Assume your grade can be *A*, *B* and *C*, and your confidence of *what your grade will be* is equally between these three grades, then every time you run the cell below will yield an outcome.

In [None]:
S = ['A', 'B', 'C']
your_final_grade = rand(S, 1)

When you run the cell, one and only one of the possible outcome in the sample space gets **realized**, which is assigned to the variable named `your_final_grade`.

The process from unknown outcome to a realized outcome is the experiment.
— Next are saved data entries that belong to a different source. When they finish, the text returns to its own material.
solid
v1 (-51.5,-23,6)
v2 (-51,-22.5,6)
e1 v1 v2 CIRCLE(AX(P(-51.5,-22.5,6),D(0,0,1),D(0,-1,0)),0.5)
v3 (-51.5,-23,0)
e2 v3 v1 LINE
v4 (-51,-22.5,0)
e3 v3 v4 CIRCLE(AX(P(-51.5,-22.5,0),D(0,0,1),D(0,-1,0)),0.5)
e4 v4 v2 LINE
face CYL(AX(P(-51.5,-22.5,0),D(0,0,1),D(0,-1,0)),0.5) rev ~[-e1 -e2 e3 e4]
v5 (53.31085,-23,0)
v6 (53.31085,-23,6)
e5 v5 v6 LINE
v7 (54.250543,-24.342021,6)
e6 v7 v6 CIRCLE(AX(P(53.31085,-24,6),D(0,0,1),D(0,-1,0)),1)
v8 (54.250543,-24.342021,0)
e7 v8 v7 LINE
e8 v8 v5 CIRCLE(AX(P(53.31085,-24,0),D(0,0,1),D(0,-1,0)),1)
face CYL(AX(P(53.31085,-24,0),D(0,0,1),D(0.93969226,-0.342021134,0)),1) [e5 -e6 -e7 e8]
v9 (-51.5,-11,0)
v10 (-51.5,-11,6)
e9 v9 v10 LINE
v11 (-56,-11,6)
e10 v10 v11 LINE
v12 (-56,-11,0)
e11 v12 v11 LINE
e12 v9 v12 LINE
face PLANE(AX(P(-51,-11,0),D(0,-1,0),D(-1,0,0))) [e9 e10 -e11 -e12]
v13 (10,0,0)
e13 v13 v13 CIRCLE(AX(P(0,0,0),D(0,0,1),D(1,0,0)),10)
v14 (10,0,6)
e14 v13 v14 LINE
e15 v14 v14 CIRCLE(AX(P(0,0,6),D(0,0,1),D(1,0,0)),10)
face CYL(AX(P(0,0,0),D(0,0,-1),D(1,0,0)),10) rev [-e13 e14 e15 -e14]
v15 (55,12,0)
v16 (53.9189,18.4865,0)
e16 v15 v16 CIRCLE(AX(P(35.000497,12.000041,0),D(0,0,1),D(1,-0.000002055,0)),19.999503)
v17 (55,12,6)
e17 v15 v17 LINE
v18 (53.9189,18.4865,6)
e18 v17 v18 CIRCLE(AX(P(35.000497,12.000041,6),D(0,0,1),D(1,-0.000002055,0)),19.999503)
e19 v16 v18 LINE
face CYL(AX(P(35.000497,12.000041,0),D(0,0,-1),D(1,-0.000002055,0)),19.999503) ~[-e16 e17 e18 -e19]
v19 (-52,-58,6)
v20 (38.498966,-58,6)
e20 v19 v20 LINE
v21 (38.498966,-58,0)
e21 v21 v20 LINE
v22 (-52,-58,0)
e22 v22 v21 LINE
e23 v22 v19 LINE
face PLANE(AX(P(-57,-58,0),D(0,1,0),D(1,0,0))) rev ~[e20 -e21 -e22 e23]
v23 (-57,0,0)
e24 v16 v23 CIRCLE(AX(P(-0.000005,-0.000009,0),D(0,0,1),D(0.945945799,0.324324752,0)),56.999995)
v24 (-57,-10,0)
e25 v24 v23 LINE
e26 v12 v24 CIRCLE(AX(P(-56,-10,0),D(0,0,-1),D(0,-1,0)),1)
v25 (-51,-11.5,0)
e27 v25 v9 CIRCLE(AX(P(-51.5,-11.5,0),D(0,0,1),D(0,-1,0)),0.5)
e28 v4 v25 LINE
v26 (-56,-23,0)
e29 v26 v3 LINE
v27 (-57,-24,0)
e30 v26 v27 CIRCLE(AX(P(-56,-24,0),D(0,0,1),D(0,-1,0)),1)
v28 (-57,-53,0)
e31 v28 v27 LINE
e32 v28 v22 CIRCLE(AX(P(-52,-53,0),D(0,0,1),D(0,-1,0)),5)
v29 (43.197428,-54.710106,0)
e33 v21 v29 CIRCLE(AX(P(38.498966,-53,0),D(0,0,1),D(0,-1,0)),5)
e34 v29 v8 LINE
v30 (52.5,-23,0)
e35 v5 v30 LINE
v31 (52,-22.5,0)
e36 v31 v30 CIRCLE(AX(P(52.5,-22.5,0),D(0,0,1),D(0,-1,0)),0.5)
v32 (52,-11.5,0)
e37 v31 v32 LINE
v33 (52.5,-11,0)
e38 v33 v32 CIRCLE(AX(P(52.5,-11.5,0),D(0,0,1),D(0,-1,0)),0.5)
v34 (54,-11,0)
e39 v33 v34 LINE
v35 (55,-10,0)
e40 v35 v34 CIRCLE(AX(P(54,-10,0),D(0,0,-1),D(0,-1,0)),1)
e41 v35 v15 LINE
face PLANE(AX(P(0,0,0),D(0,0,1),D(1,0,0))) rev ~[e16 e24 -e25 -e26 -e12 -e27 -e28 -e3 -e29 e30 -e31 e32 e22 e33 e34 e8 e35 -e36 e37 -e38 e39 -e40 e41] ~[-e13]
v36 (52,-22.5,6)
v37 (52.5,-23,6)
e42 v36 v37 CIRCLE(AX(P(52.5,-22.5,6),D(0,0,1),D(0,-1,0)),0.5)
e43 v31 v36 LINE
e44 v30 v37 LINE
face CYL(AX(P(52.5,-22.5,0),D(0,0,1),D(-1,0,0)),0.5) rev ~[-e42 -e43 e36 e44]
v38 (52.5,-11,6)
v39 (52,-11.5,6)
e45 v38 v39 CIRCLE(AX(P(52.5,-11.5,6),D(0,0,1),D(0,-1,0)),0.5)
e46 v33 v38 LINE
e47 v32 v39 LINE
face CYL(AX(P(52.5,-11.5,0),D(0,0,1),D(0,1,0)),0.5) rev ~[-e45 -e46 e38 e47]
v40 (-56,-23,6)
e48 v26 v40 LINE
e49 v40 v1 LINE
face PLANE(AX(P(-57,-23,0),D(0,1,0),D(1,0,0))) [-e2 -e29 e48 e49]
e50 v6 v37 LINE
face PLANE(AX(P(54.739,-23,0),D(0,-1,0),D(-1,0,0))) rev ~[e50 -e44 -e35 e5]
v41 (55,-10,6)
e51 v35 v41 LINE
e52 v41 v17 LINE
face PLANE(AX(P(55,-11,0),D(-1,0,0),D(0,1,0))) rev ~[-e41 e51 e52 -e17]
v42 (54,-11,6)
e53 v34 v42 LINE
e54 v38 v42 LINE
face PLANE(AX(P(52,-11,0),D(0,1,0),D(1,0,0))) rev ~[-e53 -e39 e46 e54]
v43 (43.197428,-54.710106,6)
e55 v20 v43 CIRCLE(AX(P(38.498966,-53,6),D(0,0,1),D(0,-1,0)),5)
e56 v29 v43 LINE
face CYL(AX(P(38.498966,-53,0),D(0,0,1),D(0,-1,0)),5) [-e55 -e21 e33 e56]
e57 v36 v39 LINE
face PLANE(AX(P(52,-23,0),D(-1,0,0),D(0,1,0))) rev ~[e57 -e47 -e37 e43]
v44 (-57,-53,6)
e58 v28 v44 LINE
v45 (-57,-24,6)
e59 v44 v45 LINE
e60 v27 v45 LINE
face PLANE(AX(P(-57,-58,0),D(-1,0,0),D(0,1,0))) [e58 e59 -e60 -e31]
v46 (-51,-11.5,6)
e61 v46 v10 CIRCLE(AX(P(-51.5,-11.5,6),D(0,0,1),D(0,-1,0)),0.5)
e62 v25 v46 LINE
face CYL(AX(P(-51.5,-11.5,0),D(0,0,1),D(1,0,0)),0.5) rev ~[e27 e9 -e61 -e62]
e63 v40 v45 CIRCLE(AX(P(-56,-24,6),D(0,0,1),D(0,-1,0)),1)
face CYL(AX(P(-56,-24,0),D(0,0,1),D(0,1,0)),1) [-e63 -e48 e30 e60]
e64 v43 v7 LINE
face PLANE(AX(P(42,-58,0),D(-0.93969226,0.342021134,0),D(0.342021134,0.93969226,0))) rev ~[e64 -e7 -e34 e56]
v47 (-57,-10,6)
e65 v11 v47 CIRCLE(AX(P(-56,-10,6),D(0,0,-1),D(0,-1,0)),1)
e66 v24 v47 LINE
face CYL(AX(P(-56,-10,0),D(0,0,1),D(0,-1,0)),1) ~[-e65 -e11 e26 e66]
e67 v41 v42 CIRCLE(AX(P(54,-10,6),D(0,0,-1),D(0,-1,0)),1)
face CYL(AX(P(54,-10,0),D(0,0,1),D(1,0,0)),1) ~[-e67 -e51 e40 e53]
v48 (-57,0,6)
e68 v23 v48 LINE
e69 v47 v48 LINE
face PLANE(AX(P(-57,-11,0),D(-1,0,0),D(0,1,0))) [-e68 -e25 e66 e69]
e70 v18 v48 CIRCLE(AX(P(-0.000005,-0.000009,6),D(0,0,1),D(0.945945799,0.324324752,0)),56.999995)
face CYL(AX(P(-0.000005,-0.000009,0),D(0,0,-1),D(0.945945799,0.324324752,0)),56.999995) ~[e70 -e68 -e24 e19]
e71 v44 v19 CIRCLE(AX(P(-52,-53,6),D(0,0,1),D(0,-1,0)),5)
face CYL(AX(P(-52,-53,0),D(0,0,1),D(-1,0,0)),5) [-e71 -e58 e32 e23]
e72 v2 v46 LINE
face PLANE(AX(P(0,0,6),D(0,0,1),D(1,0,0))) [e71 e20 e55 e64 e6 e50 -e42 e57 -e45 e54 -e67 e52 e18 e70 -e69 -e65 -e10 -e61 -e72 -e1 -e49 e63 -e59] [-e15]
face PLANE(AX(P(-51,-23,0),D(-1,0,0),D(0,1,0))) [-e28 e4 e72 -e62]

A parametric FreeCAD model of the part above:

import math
import FreeCAD as App
import Part
import Sketcher
Q = App.Units.Quantity


def edges_at(feature, points):
    """Names of the edges that pass closest to the given points."""
    edges = feature.Shape.Edges
    near = lambda p: min(range(len(edges)), key=lambda i: edges[i].distToShape(Part.Vertex(*p))[0])
    return sorted({f"Edge{near(p) + 1}" for p in points})

doc = App.newDocument("Part")
body = doc.addObject("PartDesign::Body", "Body")

sketch1 = body.newObject("Sketcher::SketchObject", "Sketch")
sketch1.AttachmentSupport = (doc.getObject("XY_Plane"), [""])
sketch1.MapMode = "FlatFace"
sketch1.addGeometry([
    Part.LineSegment(App.Vector(-57, -23, 0), App.Vector(-57, -58, 0)),
    Part.LineSegment(App.Vector(-57, -58, 0), App.Vector(42, -58, 0)),
    Part.LineSegment(App.Vector(42, -58, 0), App.Vector(54.7, -23, 0)),
    Part.LineSegment(App.Vector(54.7, -23, 0), App.Vector(52, -23, 0)),
    Part.LineSegment(App.Vector(52, -23, 0), App.Vector(52, -11, 0)),
    Part.LineSegment(App.Vector(52, -11, 0), App.Vector(55, -11, 0)),
    Part.LineSegment(App.Vector(55, -11, 0), App.Vector(55, 12, 0)),
    Part.ArcOfCircle(Part.Circle(App.Vector(35, 12, 0), App.Vector(0, 0, 1), 20), math.radians(0), math.radians(18.92)),
    Part.ArcOfCircle(Part.Circle(App.Vector(0, 0, 0), App.Vector(0, 0, 1), 57), math.radians(19), math.radians(180)),
    Part.LineSegment(App.Vector(-57, 0, 0), App.Vector(-57, -11, 0)),
    Part.LineSegment(App.Vector(-57, -11, 0), App.Vector(-51, -11, 0)),
    Part.LineSegment(App.Vector(-51, -11, 0), App.Vector(-51, -23, 0)),
    Part.LineSegment(App.Vector(-51, -23, 0), App.Vector(-57, -23, 0)),
    Part.Circle(App.Vector(0, 0, 0), App.Vector(0, 0, 1), 10),
], False)
sketch1.addConstraint([
    Sketcher.Constraint("Coincident", 0, 2, 1, 1),
    Sketcher.Constraint("Coincident", 1, 2, 2, 1),
    Sketcher.Constraint("Coincident", 2, 2, 3, 1),
    Sketcher.Constraint("Coincident", 3, 2, 4, 1),
    Sketcher.Constraint("Coincident", 4, 2, 5, 1),
    Sketcher.Constraint("Coincident", 5, 2, 6, 1),
    Sketcher.Constraint("Tangent", 6, 2, 7, 1),
    Sketcher.Constraint("Tangent", 7, 2, 8, 1),
    Sketcher.Constraint("Tangent", 8, 2, 9, 1),
    Sketcher.Constraint("Coincident", 9, 2, 10, 1),
    Sketcher.Constraint("Coincident", 10, 2, 11, 1),
    Sketcher.Constraint("Coincident", 11, 2, 12, 1),
    Sketcher.Constraint("Coincident", 12, 2, 0, 1),
    Sketcher.Constraint("Vertical", 0),
    Sketcher.Constraint("Horizontal", 1),
    Sketcher.Constraint("Horizontal", 3),
    Sketcher.Constraint("Vertical", 4),
    Sketcher.Constraint("Horizontal", 5),
    Sketcher.Constraint("Vertical", 6),
    Sketcher.Constraint("Vertical", 9),
    Sketcher.Constraint("Horizontal", 10),
    Sketcher.Constraint("Vertical", 11),
    Sketcher.Constraint("Horizontal", 12),
    Sketcher.Constraint("Coincident", 8, 3, -1, 1),
    Sketcher.Constraint("Coincident", 13, 3, -1, 1),
    Sketcher.Constraint("Horizontal", 5, 2, 9, 2),
    Sketcher.Constraint("Horizontal", 3, 2, 11, 2),
    Sketcher.Constraint("Vertical", 0, 2, 8, 2),
    Sketcher.Constraint("Diameter", 13, 20.0),
    Sketcher.Constraint("Radius", 7, 20.0),
    Sketcher.Constraint("Radius", 8, 57.0),
    Sketcher.Constraint("DistanceX", 1, 1, 1, 2, 99.0),
    Sketcher.Constraint("DistanceX", 5, 1, 5, 2, 3.0),
    Sketcher.Constraint("DistanceX", 10, 1, 10, 2, 6.0),
    Sketcher.Constraint("DistanceY", 4, 1, 4, 2, 12.0),
    Sketcher.Constraint("DistanceY", -1, 1, 7, 3, 12.0),
    Sketcher.Constraint("DistanceY", 0, 2, -1, 1, 58.0),
    Sketcher.Constraint("DistanceY", 1, 2, 4, 2, 47.0),
    Sketcher.Constraint("Angle", 2, Q("70 deg")),
])
pad1 = body.newObject("PartDesign::Pad", "Pad")
pad1.Profile = sketch1
pad1.Length = 6
doc.recompute()

fillet = body.newObject("PartDesign::Fillet", "Fillet")
fillet.Base = (pad1, edges_at(pad1, [
    (52, -23, 3),
    (52, -11, 3),
    (-51, -11, 3),
    (-51, -23, 3),
]))
fillet.Radius = 0.5
doc.recompute()

fillet2 = body.newObject("PartDesign::Fillet", "Fillet001")
fillet2.Base = (fillet, edges_at(fillet, [
    (-57, -11, 3),
    (-57, -23, 3),
    (55, -11, 3),
    (54.739, -23, 3),
]))
fillet2.Radius = 1
doc.recompute()

fillet3 = body.newObject("PartDesign::Fillet", "Fillet002")
fillet3.Base = (fillet2, edges_at(fillet2, [(42, -58, 3), (-57, -58, 3)]))
fillet3.Radius = 5

doc.recompute()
Be aware that outcome doesn't have to contain single component.

### Example 2.2

For example, if you roll two coins in one time, and use $H$ for the heads, and $T$ for the tails, and we **ignore the order** of occurance of heads and tails, that is, rolling a head and tail in no matter order is deemed no difference, under which circumstances *HT* and *TH* is the same, both denoted as *HT* for simplicity. Then the possible outcomes for this experiment is
$$S=\{HH, HT, TT\}$$

If, this time, we **consider the order** of occurance, that is, *HT* and *TH* are two distinct outcomes, then the possible outcomes is
$$S=\{HH, HT, TH, TT\}$$

Let's create two functions each is an experiment simulating rolling of two coins, with or without the consideration of order.

In [9]:
"""
even we do not consider the order of heads and tails, 
occurance of a head and a tail in two rolls is determined by two procedures, HT and TH, not a single HT or TH
if we simply rule out one of it, 
the possibility is evenly spread over three possible outcomes, not the correct four.
"""

function roll2_ignore_order()
    S = ["HH", "HT", "HT", "TT"]
    # that's the reason we put two HT in S
    rand(S, 1)
end


function roll2_consider_order()
    S = ["HH", "HT", "TH", "TT"]
    rand(S, 1)
end

roll2_consider_order (generic function with 1 method)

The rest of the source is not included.